For the first time in almost two months, Tyler isn’t locked in a cell or running for his life (or Jamie’s life). He doesn’t know how to quit moving, not until Jamie comes and takes the stack of dead branches out of his arms, takes both of Tyler’s hands in his and holds them until the world stops spinning, until Tyler can’t feel the hum of the road underneath him anymore.

“You okay?” Jamie asks.

Tyler gives a half-laugh, shakes his head. “You?”

“No,” Jamie admits, and it’s easier than lying to each other. The bustle of the campsite goes on around them; Shannon marshals the troops to set her up a working kitchen space. Dillon and Taylor have a low, serious conversation. Ryan and Trevor dig a latrine further down the path.

Jamie’s eyes drop to Tyler’s mouth. Tyler has plenty of time to pull away. Leans in instead. Meets Jamie’s lips, a slow kiss that is scent and sight and smell and touch. Tyler has kissed a lot of men, but this, Jamie, it’s new and exciting and real like the ground beneath his feet, the sky over his head.

They part. It would be the perfect time for someone to cat-call, to tell them to get a room, but nobody does. 

“Come lay down,” Jamie says. “Everybody is fed. Everyone has a place to sleep. Come to bed.”

Tyler aches with the idea of it, every ounce of exhaustion suddenly coming down on his shoulders. 

“Come with me,” he says. “I can’t…” 

“Okay,” Jamie says, not making him get the words out.

They go to their tent, the biggest that’s only gonna be shared by two people. They’ve got an air mattress set up, camp-lantern and sleeping bags. Tyler crawls up the bed, makes room for Jamie beside him. It is objectively a less comfortable place to lay than their mattress in the cell, but Tyler isn’t complaining. 

Jamie takes off his shoes and stretches out. Tyler rests his hand in its place on Jamie’s stomach, but he spent so long in the van just drifting in and out of sleep that he can’t find it now. Jamie is warm, soft under his hand, and he leans in, puts a tender kiss at the center of Jamie’s lower lip. 

Jamie makes a contented hum, and Tyler has never needed encouragement to be bold before. He sucks Jamie’s lip between his teeth, presses down just hard enough to feel the thickness of it, the meatiness. 

Jamie groans, slides his hand up Tyler’s side before he freezes, holds himself tense.

“Jamie,” Tyler says, soft. He opens his eyes, stares down into Jamie’s. “This. You don’t have to protect me anymore. If. This isn’t what you’re looking for, I need a sign.” 

Jamie pulls him down, buries his face in the crook of Tyler’s neck, breathes him in.

“I want too much,” Jamie admits. His tongue flicks out, samples the taste of Tyler’s skin. 

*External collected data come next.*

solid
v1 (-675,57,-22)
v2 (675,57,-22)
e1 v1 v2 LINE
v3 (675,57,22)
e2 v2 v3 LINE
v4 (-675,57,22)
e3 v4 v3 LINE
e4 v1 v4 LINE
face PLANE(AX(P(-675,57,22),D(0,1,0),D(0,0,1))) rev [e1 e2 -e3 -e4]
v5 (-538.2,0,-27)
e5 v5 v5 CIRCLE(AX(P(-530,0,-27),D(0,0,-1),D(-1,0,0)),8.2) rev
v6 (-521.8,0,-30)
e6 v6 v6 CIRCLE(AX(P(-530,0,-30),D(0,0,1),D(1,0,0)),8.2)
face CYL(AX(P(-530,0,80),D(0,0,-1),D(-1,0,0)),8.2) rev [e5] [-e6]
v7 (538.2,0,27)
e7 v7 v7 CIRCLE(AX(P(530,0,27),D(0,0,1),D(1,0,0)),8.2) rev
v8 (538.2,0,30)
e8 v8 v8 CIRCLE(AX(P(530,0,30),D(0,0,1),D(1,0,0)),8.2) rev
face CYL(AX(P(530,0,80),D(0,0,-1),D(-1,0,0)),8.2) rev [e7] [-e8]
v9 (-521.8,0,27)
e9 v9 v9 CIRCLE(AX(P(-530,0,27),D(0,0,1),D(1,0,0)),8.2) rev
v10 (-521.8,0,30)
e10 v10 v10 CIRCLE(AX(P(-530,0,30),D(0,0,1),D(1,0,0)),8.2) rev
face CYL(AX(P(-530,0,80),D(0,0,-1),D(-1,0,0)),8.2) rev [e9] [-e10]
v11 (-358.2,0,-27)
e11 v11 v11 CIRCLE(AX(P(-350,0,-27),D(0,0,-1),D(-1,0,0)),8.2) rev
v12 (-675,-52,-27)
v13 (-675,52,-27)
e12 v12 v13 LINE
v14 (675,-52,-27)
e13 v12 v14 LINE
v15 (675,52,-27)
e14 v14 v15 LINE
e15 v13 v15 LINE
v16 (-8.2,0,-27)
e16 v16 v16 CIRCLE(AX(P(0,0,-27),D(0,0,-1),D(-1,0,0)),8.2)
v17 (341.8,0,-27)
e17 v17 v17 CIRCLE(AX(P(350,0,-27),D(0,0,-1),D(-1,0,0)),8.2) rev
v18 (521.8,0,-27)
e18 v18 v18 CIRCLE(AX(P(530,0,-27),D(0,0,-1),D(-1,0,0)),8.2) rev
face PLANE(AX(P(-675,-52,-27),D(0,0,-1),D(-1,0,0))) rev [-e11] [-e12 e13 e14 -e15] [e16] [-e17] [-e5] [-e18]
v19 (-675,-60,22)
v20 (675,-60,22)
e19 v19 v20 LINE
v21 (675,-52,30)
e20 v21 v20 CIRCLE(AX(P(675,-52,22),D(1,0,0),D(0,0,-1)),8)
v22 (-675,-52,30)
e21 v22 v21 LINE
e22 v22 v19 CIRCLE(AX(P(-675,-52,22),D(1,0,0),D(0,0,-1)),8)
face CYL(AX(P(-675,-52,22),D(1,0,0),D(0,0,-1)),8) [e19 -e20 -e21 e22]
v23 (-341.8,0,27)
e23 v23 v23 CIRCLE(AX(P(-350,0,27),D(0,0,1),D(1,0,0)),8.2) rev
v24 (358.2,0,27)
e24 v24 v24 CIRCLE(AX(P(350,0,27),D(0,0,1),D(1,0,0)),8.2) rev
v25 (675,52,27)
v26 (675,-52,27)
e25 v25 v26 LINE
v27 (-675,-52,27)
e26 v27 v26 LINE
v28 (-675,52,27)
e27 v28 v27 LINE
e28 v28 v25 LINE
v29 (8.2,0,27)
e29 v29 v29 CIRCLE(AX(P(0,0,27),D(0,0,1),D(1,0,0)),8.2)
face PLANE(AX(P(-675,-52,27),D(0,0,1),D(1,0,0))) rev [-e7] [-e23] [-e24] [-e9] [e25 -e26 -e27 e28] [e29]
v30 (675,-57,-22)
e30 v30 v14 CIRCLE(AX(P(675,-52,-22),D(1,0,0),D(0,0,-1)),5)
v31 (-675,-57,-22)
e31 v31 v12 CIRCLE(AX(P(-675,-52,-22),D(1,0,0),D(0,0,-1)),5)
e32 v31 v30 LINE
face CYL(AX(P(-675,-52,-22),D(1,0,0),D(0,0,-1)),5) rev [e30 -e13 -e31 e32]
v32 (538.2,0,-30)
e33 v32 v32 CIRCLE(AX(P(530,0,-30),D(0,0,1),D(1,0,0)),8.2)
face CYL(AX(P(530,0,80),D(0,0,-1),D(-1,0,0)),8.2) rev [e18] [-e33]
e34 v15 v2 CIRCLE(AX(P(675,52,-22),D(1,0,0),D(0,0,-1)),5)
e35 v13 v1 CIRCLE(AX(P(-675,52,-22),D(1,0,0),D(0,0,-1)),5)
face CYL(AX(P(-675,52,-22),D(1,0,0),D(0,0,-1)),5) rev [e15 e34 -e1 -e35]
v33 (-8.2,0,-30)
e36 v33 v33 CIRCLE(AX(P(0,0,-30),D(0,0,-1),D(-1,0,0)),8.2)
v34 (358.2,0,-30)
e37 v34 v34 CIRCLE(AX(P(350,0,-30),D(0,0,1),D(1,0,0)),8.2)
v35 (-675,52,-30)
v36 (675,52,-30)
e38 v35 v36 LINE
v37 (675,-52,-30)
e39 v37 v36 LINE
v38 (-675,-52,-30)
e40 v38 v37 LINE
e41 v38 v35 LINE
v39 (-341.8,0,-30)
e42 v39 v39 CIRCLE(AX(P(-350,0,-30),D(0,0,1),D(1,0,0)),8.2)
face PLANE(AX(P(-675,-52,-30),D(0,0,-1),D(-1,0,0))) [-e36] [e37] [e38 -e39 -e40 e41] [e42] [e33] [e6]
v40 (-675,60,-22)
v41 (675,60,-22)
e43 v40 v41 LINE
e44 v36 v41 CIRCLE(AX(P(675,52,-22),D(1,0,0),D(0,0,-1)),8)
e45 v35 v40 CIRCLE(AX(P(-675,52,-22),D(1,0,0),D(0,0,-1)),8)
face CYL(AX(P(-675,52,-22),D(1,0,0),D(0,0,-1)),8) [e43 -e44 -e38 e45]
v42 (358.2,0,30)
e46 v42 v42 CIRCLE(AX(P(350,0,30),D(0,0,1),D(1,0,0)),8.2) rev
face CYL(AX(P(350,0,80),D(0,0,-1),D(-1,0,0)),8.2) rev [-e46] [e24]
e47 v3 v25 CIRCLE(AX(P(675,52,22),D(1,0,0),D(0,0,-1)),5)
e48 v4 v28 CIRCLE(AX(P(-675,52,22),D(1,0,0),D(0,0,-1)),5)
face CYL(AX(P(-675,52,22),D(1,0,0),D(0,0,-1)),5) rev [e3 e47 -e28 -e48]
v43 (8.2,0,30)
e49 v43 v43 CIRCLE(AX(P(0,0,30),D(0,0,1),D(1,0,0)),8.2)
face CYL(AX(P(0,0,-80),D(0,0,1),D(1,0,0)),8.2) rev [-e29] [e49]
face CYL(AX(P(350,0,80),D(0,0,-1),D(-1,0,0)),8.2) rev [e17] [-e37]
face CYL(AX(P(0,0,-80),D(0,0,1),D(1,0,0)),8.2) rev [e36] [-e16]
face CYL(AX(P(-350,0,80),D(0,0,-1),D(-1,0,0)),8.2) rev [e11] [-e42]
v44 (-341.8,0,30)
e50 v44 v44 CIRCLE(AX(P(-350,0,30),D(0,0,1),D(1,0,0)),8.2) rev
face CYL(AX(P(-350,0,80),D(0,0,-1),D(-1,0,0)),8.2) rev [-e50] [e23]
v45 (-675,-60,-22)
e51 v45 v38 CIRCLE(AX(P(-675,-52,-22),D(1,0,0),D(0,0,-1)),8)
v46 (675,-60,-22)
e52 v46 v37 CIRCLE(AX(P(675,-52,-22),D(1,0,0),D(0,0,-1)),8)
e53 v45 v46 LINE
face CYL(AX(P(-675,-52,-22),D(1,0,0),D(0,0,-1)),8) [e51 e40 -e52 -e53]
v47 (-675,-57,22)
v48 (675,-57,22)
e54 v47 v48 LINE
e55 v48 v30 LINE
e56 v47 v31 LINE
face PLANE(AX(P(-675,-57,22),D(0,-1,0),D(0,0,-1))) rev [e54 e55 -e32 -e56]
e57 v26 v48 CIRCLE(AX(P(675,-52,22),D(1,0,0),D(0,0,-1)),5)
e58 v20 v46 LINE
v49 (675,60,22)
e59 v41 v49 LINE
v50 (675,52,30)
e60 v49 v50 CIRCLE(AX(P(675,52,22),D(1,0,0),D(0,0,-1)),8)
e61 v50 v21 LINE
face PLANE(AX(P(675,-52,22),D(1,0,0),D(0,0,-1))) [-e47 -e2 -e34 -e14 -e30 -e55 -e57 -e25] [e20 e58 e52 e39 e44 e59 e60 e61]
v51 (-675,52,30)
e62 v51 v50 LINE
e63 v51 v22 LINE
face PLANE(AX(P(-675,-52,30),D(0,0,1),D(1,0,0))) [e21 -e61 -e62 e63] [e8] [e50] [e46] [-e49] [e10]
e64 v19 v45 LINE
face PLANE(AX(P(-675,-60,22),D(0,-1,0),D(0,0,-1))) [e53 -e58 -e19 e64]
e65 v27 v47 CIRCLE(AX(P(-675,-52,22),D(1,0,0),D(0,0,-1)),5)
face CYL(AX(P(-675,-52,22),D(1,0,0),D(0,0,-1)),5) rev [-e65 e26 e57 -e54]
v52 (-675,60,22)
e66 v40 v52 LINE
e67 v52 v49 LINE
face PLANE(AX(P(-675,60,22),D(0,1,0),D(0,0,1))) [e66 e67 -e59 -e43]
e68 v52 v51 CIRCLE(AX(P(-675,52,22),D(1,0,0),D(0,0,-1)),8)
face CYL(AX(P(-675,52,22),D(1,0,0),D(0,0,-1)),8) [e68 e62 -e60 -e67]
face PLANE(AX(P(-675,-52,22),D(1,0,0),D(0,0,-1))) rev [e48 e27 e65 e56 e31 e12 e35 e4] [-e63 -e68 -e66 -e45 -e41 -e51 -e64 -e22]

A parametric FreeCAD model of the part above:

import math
import FreeCAD as App
import Part
import Sketcher

doc = App.newDocument("Part")
body = doc.addObject("PartDesign::Body", "Body")

# Sketch on YZ plane
sketch1 = body.newObject("Sketcher::SketchObject", "Sketch")
sketch1.AttachmentSupport = (doc.getObject("YZ_Plane"), [""])
sketch1.MapMode = "FlatFace"
sketch1.addGeometry([
    Part.LineSegment(App.Vector(52, 30, 0), App.Vector(-52, 30, 0)),  # 0
    Part.ArcOfCircle(Part.Circle(App.Vector(-52, 22, 0), App.Vector(0, 0, 1), 8), math.radians(90), math.radians(180)),  # 1
    Part.LineSegment(App.Vector(-60, 22, 0), App.Vector(-60, -22, 0)),  # 2
    Part.ArcOfCircle(Part.Circle(App.Vector(-52, -22, 0), App.Vector(0, 0, 1), 8), math.radians(-180), math.radians(-90)),  # 3
    Part.LineSegment(App.Vector(-52, -30, 0), App.Vector(52, -30, 0)),  # 4
    Part.ArcOfCircle(Part.Circle(App.Vector(52, -22, 0), App.Vector(0, 0, 1), 8), math.radians(-90), math.radians(0)),  # 5
    Part.LineSegment(App.Vector(60, -22, 0), App.Vector(60, 22, 0)),  # 6
    Part.ArcOfCircle(Part.Circle(App.Vector(52, 22, 0), App.Vector(0, 0, 1), 8), math.radians(0), math.radians(90)),  # 7
    Part.LineSegment(App.Vector(-52, 27, 0), App.Vector(52, 27, 0)),  # 8
    Part.ArcOfCircle(Part.Circle(App.Vector(52, 22, 0), App.Vector(0, 0, 1), 5), math.radians(0), math.radians(90)),  # 9
    Part.LineSegment(App.Vector(57, 22, 0), App.Vector(57, -22, 0)),  # 10
    Part.ArcOfCircle(Part.Circle(App.Vector(52, -22, 0), App.Vector(0, 0, 1), 5), math.radians(-90), math.radians(0)),  # 11
    Part.LineSegment(App.Vector(52, -27, 0), App.Vector(-52, -27, 0)),  # 12
    Part.ArcOfCircle(Part.Circle(App.Vector(-52, -22, 0), App.Vector(0, 0, 1), 5), math.radians(180), math.radians(270)),  # 13
    Part.LineSegment(App.Vector(-57, -22, 0), App.Vector(-57, 22, 0)),  # 14
    Part.ArcOfCircle(Part.Circle(App.Vector(-52, 22, 0), App.Vector(0, 0, 1), 5), math.radians(90), math.radians(180)),  # 15
], False)
sketch1.addConstraint([
    Sketcher.Constraint("Tangent", 0, 2, 1, 1),
    Sketcher.Constraint("Tangent", 1, 2, 2, 1),
    Sketcher.Constraint("Tangent", 2, 2, 3, 1),
    Sketcher.Constraint("Tangent", 3, 2, 4, 1),
    Sketcher.Constraint("Tangent", 4, 2, 5, 1),
    Sketcher.Constraint("Tangent", 5, 2, 6, 1),
    Sketcher.Constraint("Tangent", 6, 2, 7, 1),
    Sketcher.Constraint("Tangent", 7, 2, 0, 1),
    Sketcher.Constraint("Tangent", 8, 2, 9, 2),
    Sketcher.Constraint("Tangent", 9, 1, 10, 1),
    Sketcher.Constraint("Tangent", 10, 2, 11, 2),
    Sketcher.Constraint("Tangent", 11, 1, 12, 1),
    Sketcher.Constraint("Tangent", 12, 2, 13, 2),
    Sketcher.Constraint("Tangent", 13, 1, 14, 1),
    Sketcher.Constraint("Tangent", 14, 2, 15, 2),
    Sketcher.Constraint("Tangent", 15, 1, 8, 1),
    Sketcher.Constraint("Horizontal", 0),
    Sketcher.Constraint("Vertical", 2),
    Sketcher.Constraint("Horizontal", 4),
    Sketcher.Constraint("Vertical", 6),
    Sketcher.Constraint("Horizontal", 8),
    Sketcher.Constraint("Vertical", 10),
    Sketcher.Constraint("Horizontal", 12),
    Sketcher.Constraint("Vertical", 14),
    Sketcher.Constraint("Coincident", 9, 3, 7, 3),
    Sketcher.Constraint("Coincident", 11, 3, 5, 3),
    Sketcher.Constraint("Coincident", 13, 3, 3, 3),
    Sketcher.Constraint("Equal", 1, 3),
    Sketcher.Constraint("Equal", 3, 5),
    Sketcher.Constraint("Equal", 5, 7),
    Sketcher.Constraint("Equal", 13, 15),
    Sketcher.Constraint("Symmetric", 1, 3, 5, 3, -1, 1),
    Sketcher.Constraint("Radius", 1, 8.0),
    Sketcher.Constraint("Radius", 9, 5.0),
    Sketcher.Constraint("DistanceX", 0, 2, 0, 1, 104.0),
    Sketcher.Constraint("DistanceY", 2, 2, 2, 1, 44.0),
])
pad1 = body.newObject("PartDesign::Pad", "Pad")
pad1.Profile = sketch1
pad1.Type = "TwoLengths"
pad1.Length = 675
pad1.Length2 = 675

# Sketch on XY plane
sketch2 = body.newObject("Sketcher::SketchObject", "Sketch001")
sketch2.AttachmentSupport = (doc.getObject("XY_Plane"), [""])
sketch2.MapMode = "FlatFace"
sketch2.AttachmentOffset = App.Placement(App.Vector(0, 0, 30), App.Rotation())
sketch2.addGeometry(Part.Circle(App.Vector(0, 0, 0), App.Vector(0, 0, 1), 8.2), False)
sketch2.addConstraint([
    Sketcher.Constraint("Coincident", 0, 3, -1, 1),
    Sketcher.Constraint("Diameter", 0, 16.4),
])
pocket1 = body.newObject("PartDesign::Pocket", "Pocket")
pocket1.Profile = sketch2
pocket1.Length = 110

# Sketch on XY plane
sketch3 = body.newObject("Sketcher::SketchObject", "Sketch002")
sketch3.AttachmentSupport = (doc.getObject("XY_Plane"), [""])
sketch3.MapMode = "FlatFace"
sketch3.AttachmentOffset = App.Placement(App.Vector(0, 0, -30), App.Rotation())
sketch3.addGeometry([
    Part.Circle(App.Vector(350, 0, 0), App.Vector(0, 0, 1), 8.2),
    Part.Circle(App.Vector(530, 0, 0), App.Vector(0, 0, 1), 8.2),
    Part.Circle(App.Vector(-350, 0, 0), App.Vector(0, 0, 1), 8.2),
    Part.Circle(App.Vector(-530, 0, 0), App.Vector(0, 0, 1), 8.2),
], False)
sketch3.addConstraint([
    Sketcher.Constraint("Equal", 0, 1),
    Sketcher.Constraint("Equal", 1, 2),
    Sketcher.Constraint("Equal", 2, 3),
    Sketcher.Constraint("Symmetric", 0, 3, 2, 3, -1, 1),
    Sketcher.Constraint("Symmetric", 1, 3, 3, 3, -1, 1),
    Sketcher.Constraint("PointOnObject", 0, 3, -1),
    Sketcher.Constraint("PointOnObject", 1, 3, -1),
    Sketcher.Constraint("Diameter", 0, 16.4),
    Sketcher.Constraint("DistanceX", -1, 1, 0, 3, 350.0),
    Sketcher.Constraint("DistanceX", -1, 1, 1, 3, 530.0),
])
pocket2 = body.newObject("PartDesign::Pocket", "Pocket001")
pocket2.Profile = sketch3
pocket2.Length = 110
pocket2.Reversed = True

doc.recompute()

“That’s not a real thing,” Tyler complains. “Too much would be more than I want, and I want it all.” 

Jamie pushes him back, far enough that they can see each other’s faces again.

“I…” Jamie starts, and Tyler kisses the rest of the words away, fierce and hungry, trying to smother the self-doubt he sees in Jamie’s eyes. 

Tyler can feel the moment when Jamie breaks through his own restraint, when Jamie nips his lip, rolls him over, stares down at him. He is fucking magnificent, and Tyler wants. Wants to feel that power turned on him. He rolls his hips, grinds his dick against Jamie’s jeans. 

“Jamie,” he pants, lifts his head for another kiss. “Jamie. We gotta. Naked. We gotta naked.”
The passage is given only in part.